Records from a data collection:
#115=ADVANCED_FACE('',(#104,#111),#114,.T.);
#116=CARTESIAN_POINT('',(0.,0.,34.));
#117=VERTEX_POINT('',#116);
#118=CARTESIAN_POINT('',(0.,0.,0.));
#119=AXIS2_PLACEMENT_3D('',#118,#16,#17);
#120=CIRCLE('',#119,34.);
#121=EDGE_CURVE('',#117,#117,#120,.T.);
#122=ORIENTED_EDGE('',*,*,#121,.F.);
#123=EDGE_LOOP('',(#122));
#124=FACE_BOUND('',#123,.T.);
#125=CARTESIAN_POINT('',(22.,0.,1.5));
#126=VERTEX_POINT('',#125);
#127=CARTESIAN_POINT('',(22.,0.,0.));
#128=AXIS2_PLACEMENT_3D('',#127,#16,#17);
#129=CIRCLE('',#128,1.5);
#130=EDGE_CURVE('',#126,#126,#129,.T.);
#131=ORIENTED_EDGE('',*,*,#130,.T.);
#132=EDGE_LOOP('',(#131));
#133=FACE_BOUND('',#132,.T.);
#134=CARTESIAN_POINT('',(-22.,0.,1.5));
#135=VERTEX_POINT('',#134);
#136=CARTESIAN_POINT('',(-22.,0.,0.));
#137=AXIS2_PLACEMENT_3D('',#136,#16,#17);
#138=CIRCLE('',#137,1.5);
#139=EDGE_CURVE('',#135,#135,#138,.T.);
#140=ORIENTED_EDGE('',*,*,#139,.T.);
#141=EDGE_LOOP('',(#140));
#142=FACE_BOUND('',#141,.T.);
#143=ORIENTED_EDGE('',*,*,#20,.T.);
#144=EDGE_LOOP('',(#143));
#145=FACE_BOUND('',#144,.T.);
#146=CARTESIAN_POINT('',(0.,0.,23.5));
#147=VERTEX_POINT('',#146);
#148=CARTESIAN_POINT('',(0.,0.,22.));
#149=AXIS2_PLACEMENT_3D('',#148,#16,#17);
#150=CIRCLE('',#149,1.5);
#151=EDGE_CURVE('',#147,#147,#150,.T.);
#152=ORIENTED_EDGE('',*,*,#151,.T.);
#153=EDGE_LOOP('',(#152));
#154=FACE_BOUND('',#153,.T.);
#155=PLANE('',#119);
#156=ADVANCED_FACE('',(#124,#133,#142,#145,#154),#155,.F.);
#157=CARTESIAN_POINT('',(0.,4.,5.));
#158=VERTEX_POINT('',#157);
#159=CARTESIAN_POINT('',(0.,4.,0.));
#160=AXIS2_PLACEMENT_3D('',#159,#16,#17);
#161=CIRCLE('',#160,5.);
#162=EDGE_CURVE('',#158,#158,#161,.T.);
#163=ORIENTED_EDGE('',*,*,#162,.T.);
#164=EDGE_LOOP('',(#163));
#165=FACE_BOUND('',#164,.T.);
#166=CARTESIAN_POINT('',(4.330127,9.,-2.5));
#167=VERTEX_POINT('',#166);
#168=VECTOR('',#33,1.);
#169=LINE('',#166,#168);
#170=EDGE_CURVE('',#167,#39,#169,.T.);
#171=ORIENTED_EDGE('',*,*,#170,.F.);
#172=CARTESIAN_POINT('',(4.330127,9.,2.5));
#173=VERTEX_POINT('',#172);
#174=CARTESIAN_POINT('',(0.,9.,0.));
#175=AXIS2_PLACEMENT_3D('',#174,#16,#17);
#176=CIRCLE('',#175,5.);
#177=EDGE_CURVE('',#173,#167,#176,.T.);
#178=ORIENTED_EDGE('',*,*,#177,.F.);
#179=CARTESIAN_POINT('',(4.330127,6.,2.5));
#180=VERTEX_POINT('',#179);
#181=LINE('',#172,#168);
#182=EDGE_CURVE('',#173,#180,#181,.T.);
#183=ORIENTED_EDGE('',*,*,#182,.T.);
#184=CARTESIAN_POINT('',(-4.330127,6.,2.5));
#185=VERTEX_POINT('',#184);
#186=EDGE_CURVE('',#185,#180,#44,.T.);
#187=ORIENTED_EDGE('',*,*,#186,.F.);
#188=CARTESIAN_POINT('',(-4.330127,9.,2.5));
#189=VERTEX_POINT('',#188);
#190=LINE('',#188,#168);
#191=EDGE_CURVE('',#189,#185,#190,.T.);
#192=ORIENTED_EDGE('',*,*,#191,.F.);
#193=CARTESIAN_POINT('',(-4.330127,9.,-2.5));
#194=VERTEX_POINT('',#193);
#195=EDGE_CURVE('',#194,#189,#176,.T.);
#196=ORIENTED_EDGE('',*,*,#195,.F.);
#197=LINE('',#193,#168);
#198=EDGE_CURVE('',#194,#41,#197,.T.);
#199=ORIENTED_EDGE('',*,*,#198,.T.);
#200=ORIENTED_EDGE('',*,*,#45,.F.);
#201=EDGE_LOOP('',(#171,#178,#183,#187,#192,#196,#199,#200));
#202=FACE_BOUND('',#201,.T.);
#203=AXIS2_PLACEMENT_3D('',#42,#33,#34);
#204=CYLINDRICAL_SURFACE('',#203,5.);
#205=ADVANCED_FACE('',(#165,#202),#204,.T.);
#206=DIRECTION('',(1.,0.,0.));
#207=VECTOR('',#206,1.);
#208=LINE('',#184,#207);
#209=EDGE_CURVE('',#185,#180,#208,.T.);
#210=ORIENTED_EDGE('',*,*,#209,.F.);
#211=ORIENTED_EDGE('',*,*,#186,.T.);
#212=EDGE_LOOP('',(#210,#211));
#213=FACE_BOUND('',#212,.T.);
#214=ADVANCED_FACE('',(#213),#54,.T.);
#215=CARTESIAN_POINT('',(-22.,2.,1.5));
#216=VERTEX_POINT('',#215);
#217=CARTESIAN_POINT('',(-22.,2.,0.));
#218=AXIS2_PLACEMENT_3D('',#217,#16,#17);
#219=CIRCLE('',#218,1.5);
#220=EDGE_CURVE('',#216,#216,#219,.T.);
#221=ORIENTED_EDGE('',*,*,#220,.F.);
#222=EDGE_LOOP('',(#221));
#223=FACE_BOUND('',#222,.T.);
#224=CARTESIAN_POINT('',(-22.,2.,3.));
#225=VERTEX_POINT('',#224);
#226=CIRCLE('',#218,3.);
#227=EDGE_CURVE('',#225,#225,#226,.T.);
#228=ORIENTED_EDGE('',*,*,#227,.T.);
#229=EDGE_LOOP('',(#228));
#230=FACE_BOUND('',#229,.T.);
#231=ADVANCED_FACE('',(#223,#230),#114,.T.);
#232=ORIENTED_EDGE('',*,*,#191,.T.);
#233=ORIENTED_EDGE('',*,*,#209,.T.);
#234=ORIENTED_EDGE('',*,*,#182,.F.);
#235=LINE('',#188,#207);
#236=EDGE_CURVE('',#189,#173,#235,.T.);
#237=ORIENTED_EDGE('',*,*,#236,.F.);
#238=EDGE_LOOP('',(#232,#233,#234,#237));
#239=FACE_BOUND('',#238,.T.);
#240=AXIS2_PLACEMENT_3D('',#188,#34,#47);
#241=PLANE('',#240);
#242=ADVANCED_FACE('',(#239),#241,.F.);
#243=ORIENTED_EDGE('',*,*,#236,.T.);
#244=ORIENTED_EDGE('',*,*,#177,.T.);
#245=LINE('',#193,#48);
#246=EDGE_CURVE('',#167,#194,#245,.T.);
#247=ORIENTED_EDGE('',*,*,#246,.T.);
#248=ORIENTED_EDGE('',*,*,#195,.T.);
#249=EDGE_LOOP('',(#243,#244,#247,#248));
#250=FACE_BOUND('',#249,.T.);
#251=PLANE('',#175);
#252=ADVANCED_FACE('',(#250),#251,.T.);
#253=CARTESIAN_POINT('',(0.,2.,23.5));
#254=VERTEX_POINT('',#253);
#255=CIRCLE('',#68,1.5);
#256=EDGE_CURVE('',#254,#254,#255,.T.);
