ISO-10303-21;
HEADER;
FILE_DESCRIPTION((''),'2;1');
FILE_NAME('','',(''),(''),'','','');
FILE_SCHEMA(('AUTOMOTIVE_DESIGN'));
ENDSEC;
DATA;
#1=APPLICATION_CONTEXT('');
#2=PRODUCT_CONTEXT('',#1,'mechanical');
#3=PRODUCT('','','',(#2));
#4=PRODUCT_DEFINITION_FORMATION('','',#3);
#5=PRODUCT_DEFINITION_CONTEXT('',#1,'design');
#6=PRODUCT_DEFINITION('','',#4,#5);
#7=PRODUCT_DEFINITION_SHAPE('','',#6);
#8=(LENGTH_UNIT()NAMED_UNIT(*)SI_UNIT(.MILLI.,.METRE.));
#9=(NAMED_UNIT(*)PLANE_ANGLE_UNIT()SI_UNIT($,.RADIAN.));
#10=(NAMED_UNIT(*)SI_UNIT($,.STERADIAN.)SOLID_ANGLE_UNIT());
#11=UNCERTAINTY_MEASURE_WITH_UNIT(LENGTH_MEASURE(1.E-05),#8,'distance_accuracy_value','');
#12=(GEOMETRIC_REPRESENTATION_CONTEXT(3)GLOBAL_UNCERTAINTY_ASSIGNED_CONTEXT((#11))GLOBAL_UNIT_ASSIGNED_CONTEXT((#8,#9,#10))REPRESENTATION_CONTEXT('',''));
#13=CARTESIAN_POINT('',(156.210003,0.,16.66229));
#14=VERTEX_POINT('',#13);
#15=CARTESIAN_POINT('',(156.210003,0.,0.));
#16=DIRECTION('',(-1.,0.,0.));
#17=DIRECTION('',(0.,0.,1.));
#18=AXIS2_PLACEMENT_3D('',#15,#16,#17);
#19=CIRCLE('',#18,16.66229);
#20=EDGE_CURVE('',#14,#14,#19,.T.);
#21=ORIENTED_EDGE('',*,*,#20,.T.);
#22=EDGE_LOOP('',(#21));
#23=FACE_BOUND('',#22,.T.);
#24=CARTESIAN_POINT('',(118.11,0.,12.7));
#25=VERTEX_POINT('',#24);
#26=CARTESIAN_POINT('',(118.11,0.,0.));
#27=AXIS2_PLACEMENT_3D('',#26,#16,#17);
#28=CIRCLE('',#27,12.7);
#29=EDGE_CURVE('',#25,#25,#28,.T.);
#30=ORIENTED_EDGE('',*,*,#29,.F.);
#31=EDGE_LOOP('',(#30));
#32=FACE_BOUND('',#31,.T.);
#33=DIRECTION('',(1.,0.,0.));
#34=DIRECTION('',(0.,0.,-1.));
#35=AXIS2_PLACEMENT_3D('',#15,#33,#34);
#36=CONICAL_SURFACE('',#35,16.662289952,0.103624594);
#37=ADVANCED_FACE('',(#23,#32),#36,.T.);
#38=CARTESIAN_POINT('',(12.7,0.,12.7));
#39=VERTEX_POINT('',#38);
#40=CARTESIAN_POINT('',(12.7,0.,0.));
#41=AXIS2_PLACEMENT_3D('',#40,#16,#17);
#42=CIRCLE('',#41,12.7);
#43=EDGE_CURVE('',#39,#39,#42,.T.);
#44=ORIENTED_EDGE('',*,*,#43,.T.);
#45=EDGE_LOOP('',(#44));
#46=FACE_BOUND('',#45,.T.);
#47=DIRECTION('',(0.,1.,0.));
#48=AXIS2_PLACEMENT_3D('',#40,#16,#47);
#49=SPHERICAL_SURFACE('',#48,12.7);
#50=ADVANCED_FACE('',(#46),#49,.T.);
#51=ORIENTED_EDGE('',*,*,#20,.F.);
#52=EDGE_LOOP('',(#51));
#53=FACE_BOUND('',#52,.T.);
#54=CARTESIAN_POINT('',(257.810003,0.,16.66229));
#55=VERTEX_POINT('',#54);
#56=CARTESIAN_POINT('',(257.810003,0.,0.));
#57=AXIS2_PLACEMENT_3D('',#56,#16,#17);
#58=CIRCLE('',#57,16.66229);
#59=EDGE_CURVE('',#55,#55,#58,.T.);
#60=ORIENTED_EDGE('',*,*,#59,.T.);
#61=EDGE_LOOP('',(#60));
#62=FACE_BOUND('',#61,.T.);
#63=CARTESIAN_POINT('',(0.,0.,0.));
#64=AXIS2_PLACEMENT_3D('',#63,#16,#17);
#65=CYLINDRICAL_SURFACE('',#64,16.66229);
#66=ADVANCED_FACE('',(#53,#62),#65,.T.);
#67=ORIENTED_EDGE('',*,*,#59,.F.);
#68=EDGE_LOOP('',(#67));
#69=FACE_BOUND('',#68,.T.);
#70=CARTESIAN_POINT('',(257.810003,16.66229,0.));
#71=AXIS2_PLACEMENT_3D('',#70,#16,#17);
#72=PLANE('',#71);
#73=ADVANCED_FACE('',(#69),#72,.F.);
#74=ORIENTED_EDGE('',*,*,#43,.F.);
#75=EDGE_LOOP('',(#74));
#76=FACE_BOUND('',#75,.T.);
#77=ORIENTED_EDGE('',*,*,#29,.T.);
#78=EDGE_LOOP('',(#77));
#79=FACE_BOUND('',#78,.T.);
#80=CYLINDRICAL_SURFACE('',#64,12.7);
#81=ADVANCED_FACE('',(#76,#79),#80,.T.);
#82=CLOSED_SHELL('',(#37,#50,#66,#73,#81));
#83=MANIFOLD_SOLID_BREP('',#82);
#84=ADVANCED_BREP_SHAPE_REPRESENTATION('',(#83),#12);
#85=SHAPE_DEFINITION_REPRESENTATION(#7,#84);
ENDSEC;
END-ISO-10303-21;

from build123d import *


with BuildPart() as part:
    # Sketch1 → Revolve1 (revolve)
    with BuildSketch(Plane.XY):
        with BuildLine():
            Line((12.7, 12.7), (118.11, 12.7))
            Line((118.11, 12.7), (156.210003035, 16.662289952))
            Line((156.210003035, 16.662289952), (257.810003035, 16.662289952))
            Line((257.810003035, 16.662289952), (257.810003035, 0))
            Line((257.810003035, 0), (0, 0))
            ThreePointArc((0, 0), (3.719743879, 8.980256121), (12.7, 12.7))
        make_face()
    revolve(axis=Axis((0, 0, 0), (1, 0, 0)))


solid = part.part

# REQUIRED WORK
Could you transcribe the entries above word for word, from the line with "#174=CARTESIAN_POINT('',(0.,9.,0.));" down to the line with "#181=LINE('',#172,#168);", keeping both?

# REPLY
#174=CARTESIAN_POINT('',(0.,9.,0.));
#175=AXIS2_PLACEMENT_3D('',#174,#16,#17);
#176=CIRCLE('',#175,5.);
#177=EDGE_CURVE('',#173,#167,#176,.T.);
#178=ORIENTED_EDGE('',*,*,#177,.F.);
#179=CARTESIAN_POINT('',(4.330127,6.,2.5));
#180=VERTEX_POINT('',#179);
#181=LINE('',#172,#168);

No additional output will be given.